“Maybe you should start eating somewhere else,” she said, trying to sound less concerned than she was.
“There's this dessert carousel,” he explained, “usually filled with all kinds of glop. Last week, they were cleaning it out late one night, and it was just a white cabinet, with empty white shelves, turning around and around under a bright, white light. I started staring at it, and before I knew it, I went into some kind of a trance almost, and the smell of that cold metal came to me again.
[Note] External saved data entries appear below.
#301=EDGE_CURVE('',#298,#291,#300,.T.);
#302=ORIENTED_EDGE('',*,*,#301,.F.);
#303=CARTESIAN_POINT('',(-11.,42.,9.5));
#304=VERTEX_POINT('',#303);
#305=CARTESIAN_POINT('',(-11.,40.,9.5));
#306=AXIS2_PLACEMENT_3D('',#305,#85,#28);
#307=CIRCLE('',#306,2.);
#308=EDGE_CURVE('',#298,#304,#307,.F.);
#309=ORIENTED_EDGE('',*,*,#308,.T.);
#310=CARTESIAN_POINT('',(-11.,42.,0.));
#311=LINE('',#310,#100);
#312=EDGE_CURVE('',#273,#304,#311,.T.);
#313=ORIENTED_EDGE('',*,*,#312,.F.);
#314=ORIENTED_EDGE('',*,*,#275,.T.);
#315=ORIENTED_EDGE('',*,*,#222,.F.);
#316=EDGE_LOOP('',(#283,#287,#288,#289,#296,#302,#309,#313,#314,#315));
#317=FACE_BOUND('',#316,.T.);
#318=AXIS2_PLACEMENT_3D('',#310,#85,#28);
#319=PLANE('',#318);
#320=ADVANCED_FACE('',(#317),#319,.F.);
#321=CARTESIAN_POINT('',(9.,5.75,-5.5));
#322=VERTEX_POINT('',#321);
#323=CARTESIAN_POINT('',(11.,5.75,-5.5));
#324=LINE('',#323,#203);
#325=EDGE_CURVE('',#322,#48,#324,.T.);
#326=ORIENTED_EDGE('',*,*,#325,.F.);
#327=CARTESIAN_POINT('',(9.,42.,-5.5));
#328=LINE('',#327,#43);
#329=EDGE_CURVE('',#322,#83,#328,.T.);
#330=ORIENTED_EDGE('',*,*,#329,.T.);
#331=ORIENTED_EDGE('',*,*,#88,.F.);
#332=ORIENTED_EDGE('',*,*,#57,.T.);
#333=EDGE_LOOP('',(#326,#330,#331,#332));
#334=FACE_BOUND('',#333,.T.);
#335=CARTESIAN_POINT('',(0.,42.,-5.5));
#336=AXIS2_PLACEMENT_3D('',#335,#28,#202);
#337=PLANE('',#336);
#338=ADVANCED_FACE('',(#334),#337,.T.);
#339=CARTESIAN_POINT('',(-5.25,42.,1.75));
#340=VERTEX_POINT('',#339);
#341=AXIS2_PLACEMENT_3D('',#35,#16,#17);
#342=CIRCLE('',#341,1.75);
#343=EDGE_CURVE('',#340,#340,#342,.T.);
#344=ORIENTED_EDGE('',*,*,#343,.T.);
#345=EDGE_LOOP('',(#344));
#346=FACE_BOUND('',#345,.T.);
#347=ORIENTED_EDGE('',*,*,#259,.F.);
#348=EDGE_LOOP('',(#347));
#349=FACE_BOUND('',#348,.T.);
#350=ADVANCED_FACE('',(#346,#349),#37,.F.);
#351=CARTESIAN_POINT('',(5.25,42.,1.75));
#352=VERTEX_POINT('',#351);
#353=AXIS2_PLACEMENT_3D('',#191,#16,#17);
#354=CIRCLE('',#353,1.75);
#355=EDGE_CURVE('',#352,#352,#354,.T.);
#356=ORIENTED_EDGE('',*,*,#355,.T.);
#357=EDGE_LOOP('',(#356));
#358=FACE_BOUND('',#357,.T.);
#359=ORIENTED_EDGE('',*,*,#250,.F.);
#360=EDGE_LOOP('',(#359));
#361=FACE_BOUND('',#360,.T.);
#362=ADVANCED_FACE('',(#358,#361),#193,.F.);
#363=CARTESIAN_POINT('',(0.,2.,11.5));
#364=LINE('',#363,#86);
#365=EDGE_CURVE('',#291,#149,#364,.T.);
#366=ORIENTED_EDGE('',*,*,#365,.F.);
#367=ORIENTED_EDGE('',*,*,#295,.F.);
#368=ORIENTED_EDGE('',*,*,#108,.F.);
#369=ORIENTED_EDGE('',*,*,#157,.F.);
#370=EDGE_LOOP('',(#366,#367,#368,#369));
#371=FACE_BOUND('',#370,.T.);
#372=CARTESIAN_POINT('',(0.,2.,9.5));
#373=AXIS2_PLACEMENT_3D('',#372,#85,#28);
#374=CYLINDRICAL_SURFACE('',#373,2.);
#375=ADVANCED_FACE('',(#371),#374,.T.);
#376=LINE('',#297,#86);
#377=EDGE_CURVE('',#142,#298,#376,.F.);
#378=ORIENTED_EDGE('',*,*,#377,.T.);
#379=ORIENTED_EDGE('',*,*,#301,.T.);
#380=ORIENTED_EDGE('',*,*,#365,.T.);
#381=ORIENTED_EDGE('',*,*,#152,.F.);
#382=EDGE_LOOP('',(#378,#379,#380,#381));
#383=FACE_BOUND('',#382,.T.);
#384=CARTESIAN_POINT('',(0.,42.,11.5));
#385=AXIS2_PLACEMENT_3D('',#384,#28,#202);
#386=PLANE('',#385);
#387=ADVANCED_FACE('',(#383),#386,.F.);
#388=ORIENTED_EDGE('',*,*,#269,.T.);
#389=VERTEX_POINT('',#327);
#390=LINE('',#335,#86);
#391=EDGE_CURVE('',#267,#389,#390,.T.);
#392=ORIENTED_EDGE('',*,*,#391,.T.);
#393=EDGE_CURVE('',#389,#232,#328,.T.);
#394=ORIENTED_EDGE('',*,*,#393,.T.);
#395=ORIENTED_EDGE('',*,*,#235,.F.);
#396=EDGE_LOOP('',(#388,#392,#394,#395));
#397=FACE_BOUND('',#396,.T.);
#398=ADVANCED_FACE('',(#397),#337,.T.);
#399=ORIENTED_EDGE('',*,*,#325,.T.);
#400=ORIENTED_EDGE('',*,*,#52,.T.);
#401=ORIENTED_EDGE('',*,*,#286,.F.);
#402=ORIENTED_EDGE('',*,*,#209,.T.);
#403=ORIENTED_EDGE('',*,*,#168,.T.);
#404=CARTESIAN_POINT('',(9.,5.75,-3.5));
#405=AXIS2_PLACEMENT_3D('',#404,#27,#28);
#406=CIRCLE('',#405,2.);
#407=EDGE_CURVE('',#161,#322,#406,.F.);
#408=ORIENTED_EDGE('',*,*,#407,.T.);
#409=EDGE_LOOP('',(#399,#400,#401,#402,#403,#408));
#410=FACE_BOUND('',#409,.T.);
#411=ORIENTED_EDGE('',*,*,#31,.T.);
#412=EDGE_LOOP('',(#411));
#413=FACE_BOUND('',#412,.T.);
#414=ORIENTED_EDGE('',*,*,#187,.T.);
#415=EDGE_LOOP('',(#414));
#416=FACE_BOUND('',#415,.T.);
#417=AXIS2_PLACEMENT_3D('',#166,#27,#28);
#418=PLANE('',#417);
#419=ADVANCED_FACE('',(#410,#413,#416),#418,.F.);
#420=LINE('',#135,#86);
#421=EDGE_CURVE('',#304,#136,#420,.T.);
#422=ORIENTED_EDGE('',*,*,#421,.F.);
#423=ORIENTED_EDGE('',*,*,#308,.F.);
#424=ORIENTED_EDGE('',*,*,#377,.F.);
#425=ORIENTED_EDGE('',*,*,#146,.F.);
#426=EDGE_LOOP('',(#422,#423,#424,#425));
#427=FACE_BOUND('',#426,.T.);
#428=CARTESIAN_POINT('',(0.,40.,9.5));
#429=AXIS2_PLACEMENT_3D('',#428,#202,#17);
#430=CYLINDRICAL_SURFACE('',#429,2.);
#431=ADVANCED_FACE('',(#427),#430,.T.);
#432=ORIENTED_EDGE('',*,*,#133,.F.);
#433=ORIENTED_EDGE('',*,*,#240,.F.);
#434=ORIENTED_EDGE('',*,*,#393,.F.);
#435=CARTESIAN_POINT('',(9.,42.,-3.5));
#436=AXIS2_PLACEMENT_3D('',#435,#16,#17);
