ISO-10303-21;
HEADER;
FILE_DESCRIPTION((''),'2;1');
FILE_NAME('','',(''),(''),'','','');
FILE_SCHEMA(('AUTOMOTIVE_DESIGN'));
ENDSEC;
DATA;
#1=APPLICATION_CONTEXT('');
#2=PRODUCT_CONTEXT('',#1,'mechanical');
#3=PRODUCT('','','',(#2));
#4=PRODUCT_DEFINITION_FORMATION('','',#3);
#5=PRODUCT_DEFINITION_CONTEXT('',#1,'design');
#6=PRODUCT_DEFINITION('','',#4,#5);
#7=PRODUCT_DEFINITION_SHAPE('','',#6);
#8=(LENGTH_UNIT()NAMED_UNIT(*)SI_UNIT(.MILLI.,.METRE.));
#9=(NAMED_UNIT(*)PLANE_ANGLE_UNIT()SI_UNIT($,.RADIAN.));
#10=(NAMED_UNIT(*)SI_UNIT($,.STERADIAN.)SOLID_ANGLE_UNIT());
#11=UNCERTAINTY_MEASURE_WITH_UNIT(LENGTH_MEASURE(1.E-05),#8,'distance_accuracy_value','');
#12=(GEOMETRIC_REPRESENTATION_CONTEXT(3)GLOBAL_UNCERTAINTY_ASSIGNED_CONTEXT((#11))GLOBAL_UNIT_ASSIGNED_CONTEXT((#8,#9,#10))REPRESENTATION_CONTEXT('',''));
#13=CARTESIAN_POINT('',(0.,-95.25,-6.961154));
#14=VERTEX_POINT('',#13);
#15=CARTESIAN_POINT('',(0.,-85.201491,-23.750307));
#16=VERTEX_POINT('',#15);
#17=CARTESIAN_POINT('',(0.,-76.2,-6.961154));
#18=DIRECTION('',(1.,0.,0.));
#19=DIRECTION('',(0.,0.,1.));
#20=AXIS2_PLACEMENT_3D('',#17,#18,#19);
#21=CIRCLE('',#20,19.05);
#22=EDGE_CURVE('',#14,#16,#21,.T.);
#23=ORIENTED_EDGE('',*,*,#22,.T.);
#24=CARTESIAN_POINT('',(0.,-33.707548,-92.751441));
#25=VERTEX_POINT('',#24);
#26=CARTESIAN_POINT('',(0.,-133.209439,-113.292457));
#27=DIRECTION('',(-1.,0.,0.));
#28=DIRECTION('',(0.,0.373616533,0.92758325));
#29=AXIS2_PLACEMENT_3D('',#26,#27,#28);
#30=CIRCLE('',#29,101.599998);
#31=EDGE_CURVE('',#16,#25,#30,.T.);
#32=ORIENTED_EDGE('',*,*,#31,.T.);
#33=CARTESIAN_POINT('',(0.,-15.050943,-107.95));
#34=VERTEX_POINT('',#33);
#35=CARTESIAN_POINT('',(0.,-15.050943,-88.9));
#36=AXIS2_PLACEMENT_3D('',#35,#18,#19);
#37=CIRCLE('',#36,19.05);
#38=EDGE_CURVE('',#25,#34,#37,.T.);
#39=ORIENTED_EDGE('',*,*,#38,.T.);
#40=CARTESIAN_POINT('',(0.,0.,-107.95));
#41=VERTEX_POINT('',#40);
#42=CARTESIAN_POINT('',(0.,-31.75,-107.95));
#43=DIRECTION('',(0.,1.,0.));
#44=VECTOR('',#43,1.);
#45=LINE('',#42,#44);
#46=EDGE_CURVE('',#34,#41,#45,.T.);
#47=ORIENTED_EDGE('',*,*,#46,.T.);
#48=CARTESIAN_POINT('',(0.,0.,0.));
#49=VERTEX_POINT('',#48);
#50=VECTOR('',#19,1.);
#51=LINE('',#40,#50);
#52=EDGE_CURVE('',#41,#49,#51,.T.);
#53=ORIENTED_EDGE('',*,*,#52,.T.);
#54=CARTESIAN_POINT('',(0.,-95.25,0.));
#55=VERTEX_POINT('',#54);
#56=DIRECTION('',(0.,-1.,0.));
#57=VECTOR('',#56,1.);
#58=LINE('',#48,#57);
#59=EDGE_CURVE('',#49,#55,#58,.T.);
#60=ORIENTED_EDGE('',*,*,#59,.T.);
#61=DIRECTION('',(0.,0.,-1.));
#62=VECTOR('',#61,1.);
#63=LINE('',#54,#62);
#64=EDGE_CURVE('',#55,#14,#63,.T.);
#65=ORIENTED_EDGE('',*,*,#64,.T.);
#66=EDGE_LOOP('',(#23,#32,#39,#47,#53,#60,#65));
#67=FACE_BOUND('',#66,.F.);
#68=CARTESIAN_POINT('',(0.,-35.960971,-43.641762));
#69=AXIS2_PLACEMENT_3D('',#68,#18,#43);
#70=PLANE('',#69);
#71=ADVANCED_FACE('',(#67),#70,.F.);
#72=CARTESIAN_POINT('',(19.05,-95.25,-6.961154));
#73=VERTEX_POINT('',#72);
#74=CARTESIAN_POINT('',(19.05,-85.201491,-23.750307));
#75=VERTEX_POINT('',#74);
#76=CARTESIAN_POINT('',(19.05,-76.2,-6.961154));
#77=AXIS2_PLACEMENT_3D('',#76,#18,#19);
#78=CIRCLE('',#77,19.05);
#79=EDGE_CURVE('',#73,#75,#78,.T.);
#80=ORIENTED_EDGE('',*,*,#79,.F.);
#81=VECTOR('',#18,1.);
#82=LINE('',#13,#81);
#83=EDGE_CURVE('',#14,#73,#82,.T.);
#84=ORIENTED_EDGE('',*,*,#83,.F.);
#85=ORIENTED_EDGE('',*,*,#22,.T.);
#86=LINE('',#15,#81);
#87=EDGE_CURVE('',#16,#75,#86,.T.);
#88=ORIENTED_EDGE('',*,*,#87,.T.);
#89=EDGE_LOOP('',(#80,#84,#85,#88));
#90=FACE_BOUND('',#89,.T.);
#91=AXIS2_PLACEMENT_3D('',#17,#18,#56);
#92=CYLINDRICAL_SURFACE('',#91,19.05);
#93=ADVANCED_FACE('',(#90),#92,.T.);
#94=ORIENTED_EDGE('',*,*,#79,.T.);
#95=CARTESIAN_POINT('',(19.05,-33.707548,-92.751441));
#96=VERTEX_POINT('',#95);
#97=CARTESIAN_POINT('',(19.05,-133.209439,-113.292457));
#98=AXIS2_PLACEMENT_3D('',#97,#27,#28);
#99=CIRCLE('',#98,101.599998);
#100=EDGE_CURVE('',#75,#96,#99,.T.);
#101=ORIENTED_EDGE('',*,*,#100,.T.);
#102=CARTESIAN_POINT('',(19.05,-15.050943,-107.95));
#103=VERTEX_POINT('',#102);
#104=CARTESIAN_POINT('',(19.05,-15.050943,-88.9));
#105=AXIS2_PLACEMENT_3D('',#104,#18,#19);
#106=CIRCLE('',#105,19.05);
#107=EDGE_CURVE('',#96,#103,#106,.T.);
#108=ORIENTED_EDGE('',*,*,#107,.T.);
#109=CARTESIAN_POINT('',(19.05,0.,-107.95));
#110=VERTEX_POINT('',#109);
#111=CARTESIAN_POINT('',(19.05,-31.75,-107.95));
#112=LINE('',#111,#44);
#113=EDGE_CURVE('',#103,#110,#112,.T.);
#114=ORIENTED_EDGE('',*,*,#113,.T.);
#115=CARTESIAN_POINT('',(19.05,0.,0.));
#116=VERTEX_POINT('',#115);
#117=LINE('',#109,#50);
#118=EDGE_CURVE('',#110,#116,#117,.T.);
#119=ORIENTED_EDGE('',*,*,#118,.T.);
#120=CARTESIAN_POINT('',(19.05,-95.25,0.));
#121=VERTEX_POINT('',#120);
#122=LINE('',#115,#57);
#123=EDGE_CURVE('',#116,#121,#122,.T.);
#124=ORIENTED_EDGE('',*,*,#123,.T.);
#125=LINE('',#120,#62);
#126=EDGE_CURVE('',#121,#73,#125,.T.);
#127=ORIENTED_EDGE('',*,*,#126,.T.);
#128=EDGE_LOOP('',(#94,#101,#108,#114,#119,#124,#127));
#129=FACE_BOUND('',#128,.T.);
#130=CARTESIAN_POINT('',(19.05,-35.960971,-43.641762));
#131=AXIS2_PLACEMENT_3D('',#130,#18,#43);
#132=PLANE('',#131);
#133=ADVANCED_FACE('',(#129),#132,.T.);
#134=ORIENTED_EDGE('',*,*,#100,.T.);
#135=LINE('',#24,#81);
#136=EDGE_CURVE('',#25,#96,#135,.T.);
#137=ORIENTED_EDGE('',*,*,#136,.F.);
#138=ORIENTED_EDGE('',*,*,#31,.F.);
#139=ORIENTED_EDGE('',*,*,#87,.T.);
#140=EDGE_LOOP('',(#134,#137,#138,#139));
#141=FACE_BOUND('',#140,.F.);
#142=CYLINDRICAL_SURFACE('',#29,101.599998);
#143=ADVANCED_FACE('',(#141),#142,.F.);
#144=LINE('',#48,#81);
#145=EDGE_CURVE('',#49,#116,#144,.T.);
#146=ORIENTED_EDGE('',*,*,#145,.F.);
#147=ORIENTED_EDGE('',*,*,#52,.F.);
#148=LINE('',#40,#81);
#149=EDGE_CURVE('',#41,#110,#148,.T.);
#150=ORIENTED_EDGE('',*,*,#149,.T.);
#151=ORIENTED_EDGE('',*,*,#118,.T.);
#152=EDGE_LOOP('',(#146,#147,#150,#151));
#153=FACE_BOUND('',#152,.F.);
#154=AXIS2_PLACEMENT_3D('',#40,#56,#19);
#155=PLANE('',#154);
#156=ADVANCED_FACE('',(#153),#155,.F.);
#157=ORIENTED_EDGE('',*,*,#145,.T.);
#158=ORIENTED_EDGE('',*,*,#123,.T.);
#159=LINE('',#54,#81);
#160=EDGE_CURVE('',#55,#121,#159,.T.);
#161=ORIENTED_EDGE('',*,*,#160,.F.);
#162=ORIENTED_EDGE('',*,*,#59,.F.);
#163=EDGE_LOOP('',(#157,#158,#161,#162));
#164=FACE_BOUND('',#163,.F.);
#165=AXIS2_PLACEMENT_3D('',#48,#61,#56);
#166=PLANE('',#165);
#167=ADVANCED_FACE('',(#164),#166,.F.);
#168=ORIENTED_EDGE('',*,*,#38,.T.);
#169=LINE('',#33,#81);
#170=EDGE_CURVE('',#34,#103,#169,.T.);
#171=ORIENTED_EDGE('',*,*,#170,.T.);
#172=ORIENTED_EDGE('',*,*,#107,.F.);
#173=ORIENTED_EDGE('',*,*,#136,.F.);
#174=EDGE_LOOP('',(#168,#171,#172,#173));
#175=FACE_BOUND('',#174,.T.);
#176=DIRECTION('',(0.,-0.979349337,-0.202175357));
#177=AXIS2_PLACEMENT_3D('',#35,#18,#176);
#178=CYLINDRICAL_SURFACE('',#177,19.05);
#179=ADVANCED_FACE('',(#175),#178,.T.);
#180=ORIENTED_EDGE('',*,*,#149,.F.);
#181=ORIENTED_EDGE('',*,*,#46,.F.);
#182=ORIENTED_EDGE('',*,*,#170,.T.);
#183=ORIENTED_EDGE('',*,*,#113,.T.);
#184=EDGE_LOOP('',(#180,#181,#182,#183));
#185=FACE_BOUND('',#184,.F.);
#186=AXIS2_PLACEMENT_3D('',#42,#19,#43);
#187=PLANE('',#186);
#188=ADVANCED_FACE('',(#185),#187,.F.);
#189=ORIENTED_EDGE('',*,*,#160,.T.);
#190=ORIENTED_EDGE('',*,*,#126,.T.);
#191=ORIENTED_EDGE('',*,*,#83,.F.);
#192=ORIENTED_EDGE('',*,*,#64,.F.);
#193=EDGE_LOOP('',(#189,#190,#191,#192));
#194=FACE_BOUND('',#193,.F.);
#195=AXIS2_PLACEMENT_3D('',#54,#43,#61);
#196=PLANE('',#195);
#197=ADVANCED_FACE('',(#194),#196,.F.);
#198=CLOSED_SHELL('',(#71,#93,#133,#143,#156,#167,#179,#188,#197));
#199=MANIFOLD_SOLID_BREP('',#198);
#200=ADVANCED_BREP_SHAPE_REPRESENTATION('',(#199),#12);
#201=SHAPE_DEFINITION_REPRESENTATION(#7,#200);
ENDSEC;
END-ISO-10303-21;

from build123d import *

# Parameters (mm, degrees)
F1_DEPTH = 19.05
F2_R     = 19.05


with BuildPart() as f1:
    # F0 (on Right) → F1 (new body)
    with BuildSketch(Plane.YZ):
        with BuildLine():
            Line((0, -107.95), (0, 0))
            Line((0, 0), (-95.25, 0))
            Line((-95.25, 0), (-95.25, -19.05))
            ThreePointArc((-95.25, -19.05), (-50.53412, -54.238657), (-31.75, -107.95))
            Line((-31.75, -107.95), (0, -107.95))
        make_face()
    extrude(amount=F1_DEPTH)

    # F2
    f2_edges = [f1.edges().sort_by_distance(p)[0] for p in [
        (9.525, -95.25, -19.05),
        (9.525, -31.75, -107.95),
    ]]
    fillet(f2_edges, radius=F2_R)


solid = f1.part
If the waiter hadn't slapped my cheeseburger down in front of me, I'd probably still be sitting there, staring at it.”
His mention of a trance interested her enormously; it would interest Sprague, she knew, even more. “I'm not sure I'm the one you should be telling all this to,” she said. “Dr. Sprague is—”
“Exactly—what is Dr. Sprague? Oh, I know about his credentials and all that. But what does he want with me? And what has he found out so far? Half the time I'm at the institute, I'm completely out of it, with headphones on, or wires stuck all over me. I leave there feeling like I've been put through a wringer, and I don't even know why.” He took her by the elbow, steering her around three teenage boys sharing a boom box, and into the sheltered doorway of a closed antiques shop.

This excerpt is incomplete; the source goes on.